■ TASK PROMPT ■
In the entries below, which lines run from the one containing "f 125 58 250" to the one containing "f 258 166 188"? Copy exactly those lines, ends included, and no others.

*** WORKING DATA ***

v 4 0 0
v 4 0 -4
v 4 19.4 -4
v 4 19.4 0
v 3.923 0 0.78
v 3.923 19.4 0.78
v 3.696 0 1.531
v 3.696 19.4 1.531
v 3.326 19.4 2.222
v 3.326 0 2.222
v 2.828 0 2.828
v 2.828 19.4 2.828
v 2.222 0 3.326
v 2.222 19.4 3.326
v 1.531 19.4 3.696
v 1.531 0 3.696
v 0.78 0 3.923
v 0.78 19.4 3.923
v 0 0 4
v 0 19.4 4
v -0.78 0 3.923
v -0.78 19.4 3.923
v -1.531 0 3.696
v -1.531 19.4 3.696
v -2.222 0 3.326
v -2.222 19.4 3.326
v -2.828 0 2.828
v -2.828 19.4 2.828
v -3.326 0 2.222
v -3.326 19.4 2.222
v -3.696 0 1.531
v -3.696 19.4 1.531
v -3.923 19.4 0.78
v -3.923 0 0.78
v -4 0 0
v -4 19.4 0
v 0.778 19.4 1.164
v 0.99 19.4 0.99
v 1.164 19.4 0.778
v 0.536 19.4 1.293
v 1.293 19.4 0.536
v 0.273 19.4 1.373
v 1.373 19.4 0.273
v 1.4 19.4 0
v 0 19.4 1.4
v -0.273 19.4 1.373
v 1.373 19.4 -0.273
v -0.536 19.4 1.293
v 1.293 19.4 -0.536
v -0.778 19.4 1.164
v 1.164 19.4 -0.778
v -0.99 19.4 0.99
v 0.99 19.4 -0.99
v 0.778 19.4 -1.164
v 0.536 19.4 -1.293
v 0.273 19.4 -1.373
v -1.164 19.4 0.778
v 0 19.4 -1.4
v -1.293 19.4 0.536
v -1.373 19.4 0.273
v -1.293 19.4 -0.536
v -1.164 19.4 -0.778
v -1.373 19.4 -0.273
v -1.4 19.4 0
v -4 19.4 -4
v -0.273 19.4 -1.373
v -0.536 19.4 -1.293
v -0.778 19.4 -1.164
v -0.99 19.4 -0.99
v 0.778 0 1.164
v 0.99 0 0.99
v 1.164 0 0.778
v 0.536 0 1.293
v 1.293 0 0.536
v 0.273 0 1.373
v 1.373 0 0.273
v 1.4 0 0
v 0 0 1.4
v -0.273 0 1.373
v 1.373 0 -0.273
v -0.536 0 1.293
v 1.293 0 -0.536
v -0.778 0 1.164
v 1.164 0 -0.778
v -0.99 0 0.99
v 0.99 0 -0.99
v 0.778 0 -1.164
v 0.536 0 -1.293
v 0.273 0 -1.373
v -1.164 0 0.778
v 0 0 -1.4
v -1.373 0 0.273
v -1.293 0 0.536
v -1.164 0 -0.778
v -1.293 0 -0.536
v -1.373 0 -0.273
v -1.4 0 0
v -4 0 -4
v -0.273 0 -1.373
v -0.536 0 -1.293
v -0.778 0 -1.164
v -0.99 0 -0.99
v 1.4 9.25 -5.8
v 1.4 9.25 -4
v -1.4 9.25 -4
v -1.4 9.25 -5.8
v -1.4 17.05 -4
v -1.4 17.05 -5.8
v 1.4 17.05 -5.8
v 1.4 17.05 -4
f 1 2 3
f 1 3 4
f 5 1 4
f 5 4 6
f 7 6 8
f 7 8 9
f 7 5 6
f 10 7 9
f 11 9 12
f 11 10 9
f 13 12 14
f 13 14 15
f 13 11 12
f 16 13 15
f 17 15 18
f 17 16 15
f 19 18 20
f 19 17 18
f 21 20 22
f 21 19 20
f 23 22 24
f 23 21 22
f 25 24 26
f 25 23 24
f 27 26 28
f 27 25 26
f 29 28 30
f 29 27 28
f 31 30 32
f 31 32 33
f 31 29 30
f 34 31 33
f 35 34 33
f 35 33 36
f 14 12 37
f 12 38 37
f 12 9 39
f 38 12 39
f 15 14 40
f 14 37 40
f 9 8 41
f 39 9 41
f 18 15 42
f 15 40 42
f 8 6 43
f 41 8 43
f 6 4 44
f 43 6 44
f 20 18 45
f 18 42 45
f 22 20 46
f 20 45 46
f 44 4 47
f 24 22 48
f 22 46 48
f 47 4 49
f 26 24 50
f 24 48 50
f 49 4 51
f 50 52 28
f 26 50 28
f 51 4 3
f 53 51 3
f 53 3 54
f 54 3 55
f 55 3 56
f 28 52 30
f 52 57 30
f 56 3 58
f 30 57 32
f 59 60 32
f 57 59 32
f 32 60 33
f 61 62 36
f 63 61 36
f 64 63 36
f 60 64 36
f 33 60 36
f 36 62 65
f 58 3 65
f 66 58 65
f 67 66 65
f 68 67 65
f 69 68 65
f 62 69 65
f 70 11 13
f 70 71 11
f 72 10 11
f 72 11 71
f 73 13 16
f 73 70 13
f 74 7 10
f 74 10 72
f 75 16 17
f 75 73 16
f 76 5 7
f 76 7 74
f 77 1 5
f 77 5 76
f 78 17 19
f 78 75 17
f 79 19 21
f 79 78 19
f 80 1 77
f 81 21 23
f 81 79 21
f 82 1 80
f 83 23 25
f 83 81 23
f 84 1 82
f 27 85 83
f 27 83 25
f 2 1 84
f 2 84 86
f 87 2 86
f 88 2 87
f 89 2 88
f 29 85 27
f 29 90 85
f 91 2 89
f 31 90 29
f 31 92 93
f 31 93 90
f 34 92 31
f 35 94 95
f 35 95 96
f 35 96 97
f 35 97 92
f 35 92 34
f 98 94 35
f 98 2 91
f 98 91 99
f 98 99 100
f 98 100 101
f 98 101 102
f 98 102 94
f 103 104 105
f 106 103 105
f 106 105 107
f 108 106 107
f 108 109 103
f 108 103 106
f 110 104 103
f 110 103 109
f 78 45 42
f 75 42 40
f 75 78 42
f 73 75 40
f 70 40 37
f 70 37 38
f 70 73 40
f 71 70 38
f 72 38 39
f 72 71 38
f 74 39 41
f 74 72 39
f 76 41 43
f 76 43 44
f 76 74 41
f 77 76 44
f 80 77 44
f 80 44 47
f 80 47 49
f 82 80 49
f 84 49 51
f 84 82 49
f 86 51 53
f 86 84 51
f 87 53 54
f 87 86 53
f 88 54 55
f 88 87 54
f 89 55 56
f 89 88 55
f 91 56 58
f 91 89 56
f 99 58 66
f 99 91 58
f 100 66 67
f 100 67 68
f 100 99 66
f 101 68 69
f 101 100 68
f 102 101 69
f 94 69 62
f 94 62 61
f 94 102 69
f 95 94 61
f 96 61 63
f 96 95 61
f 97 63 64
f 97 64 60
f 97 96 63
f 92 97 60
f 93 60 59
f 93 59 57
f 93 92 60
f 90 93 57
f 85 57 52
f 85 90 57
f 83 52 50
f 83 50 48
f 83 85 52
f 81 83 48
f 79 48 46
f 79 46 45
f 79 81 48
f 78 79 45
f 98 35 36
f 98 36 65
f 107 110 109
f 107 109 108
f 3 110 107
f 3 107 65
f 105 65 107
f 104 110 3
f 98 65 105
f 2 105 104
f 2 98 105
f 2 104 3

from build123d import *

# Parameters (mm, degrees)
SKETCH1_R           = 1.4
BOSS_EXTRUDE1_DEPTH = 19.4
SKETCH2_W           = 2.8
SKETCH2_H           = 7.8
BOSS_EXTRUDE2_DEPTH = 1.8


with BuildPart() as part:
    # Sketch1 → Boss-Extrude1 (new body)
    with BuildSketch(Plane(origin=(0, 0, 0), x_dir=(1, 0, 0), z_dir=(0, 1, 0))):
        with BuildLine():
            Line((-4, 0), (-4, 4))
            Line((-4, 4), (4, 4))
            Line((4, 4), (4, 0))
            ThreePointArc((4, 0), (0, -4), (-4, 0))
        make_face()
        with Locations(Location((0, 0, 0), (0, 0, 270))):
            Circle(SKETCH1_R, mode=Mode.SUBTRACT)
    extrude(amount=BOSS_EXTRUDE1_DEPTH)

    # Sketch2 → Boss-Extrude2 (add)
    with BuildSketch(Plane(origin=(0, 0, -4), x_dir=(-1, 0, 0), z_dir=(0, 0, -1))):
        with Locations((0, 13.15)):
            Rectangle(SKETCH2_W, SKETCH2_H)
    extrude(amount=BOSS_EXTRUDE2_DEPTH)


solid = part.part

*** End of WORKING DATA ***
*** WORKING DATA ***

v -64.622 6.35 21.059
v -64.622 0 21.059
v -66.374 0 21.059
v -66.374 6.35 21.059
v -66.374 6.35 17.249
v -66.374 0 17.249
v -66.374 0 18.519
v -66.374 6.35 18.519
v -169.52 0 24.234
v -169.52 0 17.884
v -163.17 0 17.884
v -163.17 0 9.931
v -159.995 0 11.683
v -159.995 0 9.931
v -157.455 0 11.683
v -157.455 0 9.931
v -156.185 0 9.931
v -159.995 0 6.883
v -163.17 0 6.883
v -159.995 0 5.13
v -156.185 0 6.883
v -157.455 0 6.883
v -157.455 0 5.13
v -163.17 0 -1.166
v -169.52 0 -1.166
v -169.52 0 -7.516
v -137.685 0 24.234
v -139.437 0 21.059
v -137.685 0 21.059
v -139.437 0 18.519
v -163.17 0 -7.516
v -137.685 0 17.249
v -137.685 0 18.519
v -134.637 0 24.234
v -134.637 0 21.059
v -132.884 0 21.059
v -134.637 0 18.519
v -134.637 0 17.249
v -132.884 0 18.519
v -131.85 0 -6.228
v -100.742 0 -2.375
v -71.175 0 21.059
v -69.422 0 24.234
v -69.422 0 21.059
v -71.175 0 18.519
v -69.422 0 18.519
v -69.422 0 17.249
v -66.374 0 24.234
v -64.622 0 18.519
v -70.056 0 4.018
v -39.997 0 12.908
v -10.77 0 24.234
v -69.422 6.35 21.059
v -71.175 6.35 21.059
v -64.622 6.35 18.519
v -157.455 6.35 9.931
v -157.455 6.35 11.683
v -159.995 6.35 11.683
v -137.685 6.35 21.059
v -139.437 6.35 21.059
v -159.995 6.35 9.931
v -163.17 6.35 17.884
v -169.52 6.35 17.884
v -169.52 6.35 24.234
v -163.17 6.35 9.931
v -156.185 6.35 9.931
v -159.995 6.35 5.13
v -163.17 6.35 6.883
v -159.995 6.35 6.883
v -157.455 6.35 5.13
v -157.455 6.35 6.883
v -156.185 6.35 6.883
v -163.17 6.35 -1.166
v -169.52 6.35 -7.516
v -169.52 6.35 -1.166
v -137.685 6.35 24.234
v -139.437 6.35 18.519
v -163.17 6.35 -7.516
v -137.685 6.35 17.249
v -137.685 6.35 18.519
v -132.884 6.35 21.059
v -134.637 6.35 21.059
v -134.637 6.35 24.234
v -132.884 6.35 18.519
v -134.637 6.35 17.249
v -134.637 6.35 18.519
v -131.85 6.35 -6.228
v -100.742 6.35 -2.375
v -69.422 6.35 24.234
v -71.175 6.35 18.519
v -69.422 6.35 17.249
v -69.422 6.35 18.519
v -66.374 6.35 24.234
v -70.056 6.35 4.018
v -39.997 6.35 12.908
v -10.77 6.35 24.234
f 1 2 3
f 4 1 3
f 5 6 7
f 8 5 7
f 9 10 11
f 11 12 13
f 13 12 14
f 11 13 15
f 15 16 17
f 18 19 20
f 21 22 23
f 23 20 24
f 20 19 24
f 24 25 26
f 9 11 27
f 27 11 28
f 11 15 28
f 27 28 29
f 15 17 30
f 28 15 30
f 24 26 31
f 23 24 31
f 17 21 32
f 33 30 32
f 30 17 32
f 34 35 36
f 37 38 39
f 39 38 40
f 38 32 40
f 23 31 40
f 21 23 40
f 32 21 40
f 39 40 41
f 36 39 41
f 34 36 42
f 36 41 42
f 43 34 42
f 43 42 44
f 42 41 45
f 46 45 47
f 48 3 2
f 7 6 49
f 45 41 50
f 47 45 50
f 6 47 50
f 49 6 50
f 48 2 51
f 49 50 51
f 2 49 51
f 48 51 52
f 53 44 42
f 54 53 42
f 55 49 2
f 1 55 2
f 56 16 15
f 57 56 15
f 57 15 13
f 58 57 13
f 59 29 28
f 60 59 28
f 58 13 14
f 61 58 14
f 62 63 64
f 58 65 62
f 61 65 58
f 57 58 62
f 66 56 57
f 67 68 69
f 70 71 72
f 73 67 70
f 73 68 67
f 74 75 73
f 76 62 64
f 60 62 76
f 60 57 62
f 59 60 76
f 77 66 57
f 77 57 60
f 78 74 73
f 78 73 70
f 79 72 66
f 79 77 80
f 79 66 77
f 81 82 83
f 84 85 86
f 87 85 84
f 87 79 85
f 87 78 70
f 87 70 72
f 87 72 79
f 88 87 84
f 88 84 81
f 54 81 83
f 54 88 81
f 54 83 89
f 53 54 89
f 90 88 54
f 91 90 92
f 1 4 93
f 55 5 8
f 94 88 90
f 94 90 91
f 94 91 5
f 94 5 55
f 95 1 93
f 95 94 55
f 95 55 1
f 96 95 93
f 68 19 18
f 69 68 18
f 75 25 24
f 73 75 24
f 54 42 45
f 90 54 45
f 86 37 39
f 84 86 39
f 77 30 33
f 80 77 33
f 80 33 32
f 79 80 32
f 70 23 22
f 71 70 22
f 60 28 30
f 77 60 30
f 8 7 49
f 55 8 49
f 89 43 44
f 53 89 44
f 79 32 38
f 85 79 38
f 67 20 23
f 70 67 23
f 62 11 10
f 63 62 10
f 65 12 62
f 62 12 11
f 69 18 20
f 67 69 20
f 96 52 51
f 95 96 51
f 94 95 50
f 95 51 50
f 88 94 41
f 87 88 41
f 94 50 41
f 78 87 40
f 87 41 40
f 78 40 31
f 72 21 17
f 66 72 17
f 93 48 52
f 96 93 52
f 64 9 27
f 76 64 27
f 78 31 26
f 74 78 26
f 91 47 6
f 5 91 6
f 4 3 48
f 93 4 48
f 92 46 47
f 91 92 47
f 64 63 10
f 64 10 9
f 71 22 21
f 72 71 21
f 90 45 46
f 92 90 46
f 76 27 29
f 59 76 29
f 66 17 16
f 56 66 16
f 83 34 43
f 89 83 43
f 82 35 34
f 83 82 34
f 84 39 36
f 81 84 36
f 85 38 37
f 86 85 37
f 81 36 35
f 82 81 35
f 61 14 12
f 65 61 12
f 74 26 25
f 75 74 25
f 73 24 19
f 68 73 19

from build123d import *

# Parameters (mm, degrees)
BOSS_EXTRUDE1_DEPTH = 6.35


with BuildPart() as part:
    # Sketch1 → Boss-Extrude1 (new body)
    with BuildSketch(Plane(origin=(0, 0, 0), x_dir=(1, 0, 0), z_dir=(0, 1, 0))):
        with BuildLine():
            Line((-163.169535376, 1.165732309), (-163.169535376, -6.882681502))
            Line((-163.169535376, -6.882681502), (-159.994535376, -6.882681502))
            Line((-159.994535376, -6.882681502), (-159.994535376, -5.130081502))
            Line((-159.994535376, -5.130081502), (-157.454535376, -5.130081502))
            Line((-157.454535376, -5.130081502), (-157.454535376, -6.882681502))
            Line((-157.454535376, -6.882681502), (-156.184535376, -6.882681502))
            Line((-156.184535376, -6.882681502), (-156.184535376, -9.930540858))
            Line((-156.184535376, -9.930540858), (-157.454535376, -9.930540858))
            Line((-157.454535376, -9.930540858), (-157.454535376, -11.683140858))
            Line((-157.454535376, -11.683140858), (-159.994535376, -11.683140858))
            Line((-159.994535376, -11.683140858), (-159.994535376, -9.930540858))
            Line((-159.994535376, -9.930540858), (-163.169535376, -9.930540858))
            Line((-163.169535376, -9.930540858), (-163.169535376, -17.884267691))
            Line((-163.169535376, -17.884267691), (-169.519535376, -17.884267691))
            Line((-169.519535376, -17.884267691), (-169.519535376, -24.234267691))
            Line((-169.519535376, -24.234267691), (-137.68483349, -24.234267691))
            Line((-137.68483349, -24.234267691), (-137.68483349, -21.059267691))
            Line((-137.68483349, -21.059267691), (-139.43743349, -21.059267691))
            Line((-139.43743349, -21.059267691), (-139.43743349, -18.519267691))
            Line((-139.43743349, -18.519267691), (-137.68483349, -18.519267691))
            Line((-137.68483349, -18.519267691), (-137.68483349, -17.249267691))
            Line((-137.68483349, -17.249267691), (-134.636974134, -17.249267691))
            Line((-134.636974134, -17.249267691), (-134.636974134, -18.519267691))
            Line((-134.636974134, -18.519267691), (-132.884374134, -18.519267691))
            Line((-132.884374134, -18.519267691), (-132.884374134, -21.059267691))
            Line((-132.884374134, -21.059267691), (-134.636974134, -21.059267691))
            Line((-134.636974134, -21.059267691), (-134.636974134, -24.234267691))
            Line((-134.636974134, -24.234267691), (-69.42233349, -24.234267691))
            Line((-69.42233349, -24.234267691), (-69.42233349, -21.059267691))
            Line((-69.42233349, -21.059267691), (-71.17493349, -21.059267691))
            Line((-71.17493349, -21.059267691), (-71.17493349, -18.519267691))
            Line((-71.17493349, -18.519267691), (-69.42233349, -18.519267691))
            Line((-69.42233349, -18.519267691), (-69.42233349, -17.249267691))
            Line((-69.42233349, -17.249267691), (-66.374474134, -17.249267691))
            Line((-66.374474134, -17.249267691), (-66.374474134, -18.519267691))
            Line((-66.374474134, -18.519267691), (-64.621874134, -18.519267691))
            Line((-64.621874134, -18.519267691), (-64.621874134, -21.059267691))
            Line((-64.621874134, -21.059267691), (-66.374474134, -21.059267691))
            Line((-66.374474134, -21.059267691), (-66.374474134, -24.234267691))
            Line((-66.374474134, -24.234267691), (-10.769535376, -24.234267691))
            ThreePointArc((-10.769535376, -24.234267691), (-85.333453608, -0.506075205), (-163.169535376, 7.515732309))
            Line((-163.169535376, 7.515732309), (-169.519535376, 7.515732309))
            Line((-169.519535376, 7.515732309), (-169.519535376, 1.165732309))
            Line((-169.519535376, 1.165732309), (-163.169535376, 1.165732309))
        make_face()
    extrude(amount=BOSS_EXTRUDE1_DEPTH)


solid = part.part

*** End of WORKING DATA ***
*** WORKING DATA ***

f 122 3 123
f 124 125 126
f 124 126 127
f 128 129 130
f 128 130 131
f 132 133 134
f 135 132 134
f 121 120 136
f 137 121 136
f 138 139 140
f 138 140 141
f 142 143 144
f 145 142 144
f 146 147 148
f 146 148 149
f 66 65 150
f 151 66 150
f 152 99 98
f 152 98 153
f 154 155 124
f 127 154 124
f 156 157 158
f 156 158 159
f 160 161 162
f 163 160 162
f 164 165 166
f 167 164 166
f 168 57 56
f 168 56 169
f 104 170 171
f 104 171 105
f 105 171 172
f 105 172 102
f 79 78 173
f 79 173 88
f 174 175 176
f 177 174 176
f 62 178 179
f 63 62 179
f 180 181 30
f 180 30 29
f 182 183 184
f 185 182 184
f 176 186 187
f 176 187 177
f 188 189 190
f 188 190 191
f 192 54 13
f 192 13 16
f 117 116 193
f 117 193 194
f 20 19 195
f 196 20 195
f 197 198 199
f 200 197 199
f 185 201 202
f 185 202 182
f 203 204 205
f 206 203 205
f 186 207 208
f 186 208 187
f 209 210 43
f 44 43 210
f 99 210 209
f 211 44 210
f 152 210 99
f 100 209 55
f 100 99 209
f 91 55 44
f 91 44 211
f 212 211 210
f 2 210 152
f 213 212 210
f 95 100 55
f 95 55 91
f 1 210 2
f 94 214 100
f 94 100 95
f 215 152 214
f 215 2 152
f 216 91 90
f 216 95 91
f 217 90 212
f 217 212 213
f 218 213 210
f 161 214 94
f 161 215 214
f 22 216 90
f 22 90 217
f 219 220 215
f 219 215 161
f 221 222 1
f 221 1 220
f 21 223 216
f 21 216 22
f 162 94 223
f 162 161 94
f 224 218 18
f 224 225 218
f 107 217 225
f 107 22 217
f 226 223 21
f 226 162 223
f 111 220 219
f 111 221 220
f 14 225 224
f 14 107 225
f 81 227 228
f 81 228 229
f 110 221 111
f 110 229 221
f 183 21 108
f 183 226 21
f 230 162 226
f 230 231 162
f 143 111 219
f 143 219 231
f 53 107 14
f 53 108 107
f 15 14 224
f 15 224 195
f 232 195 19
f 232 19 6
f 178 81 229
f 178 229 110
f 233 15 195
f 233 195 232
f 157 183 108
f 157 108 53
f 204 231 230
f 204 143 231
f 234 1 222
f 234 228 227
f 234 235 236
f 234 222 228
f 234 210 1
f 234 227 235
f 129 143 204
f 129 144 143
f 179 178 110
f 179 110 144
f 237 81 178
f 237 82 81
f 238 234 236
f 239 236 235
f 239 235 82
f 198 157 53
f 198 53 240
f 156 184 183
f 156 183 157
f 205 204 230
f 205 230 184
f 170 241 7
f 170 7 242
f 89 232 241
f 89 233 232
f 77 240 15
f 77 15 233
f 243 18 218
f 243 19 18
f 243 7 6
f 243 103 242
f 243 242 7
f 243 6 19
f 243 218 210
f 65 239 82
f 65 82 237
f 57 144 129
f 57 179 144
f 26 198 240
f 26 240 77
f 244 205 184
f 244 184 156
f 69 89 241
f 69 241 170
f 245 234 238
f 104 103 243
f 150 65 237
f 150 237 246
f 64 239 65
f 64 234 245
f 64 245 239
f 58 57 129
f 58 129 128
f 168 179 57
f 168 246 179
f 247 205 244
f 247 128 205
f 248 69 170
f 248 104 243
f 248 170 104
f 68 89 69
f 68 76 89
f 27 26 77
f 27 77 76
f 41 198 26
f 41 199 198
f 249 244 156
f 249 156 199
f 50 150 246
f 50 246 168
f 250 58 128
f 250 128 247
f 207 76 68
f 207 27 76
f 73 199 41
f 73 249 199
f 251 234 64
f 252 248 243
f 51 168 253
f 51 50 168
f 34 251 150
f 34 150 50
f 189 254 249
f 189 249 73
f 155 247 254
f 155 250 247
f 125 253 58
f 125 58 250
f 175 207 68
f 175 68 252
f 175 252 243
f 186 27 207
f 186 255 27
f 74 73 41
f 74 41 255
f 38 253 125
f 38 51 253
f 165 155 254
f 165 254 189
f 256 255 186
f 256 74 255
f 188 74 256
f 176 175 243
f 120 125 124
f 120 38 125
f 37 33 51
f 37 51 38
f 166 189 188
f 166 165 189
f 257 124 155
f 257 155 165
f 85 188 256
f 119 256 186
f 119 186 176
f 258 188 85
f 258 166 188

*** End of WORKING DATA ***

■ ANSWER TO THIS EXERCISE ■
f 125 58 250
f 175 207 68
f 175 68 252
f 175 252 243
f 186 27 207
f 186 255 27
f 74 73 41
f 74 41 255
f 38 253 125
f 38 51 253
f 165 155 254
f 165 254 189
f 256 255 186
f 256 74 255
f 188 74 256
f 176 175 243
f 120 125 124
f 120 38 125
f 37 33 51
f 37 51 38
f 166 189 188
f 166 165 189
f 257 124 155
f 257 155 165
f 85 188 256
f 119 256 186
f 119 186 176
f 258 188 85
f 258 166 188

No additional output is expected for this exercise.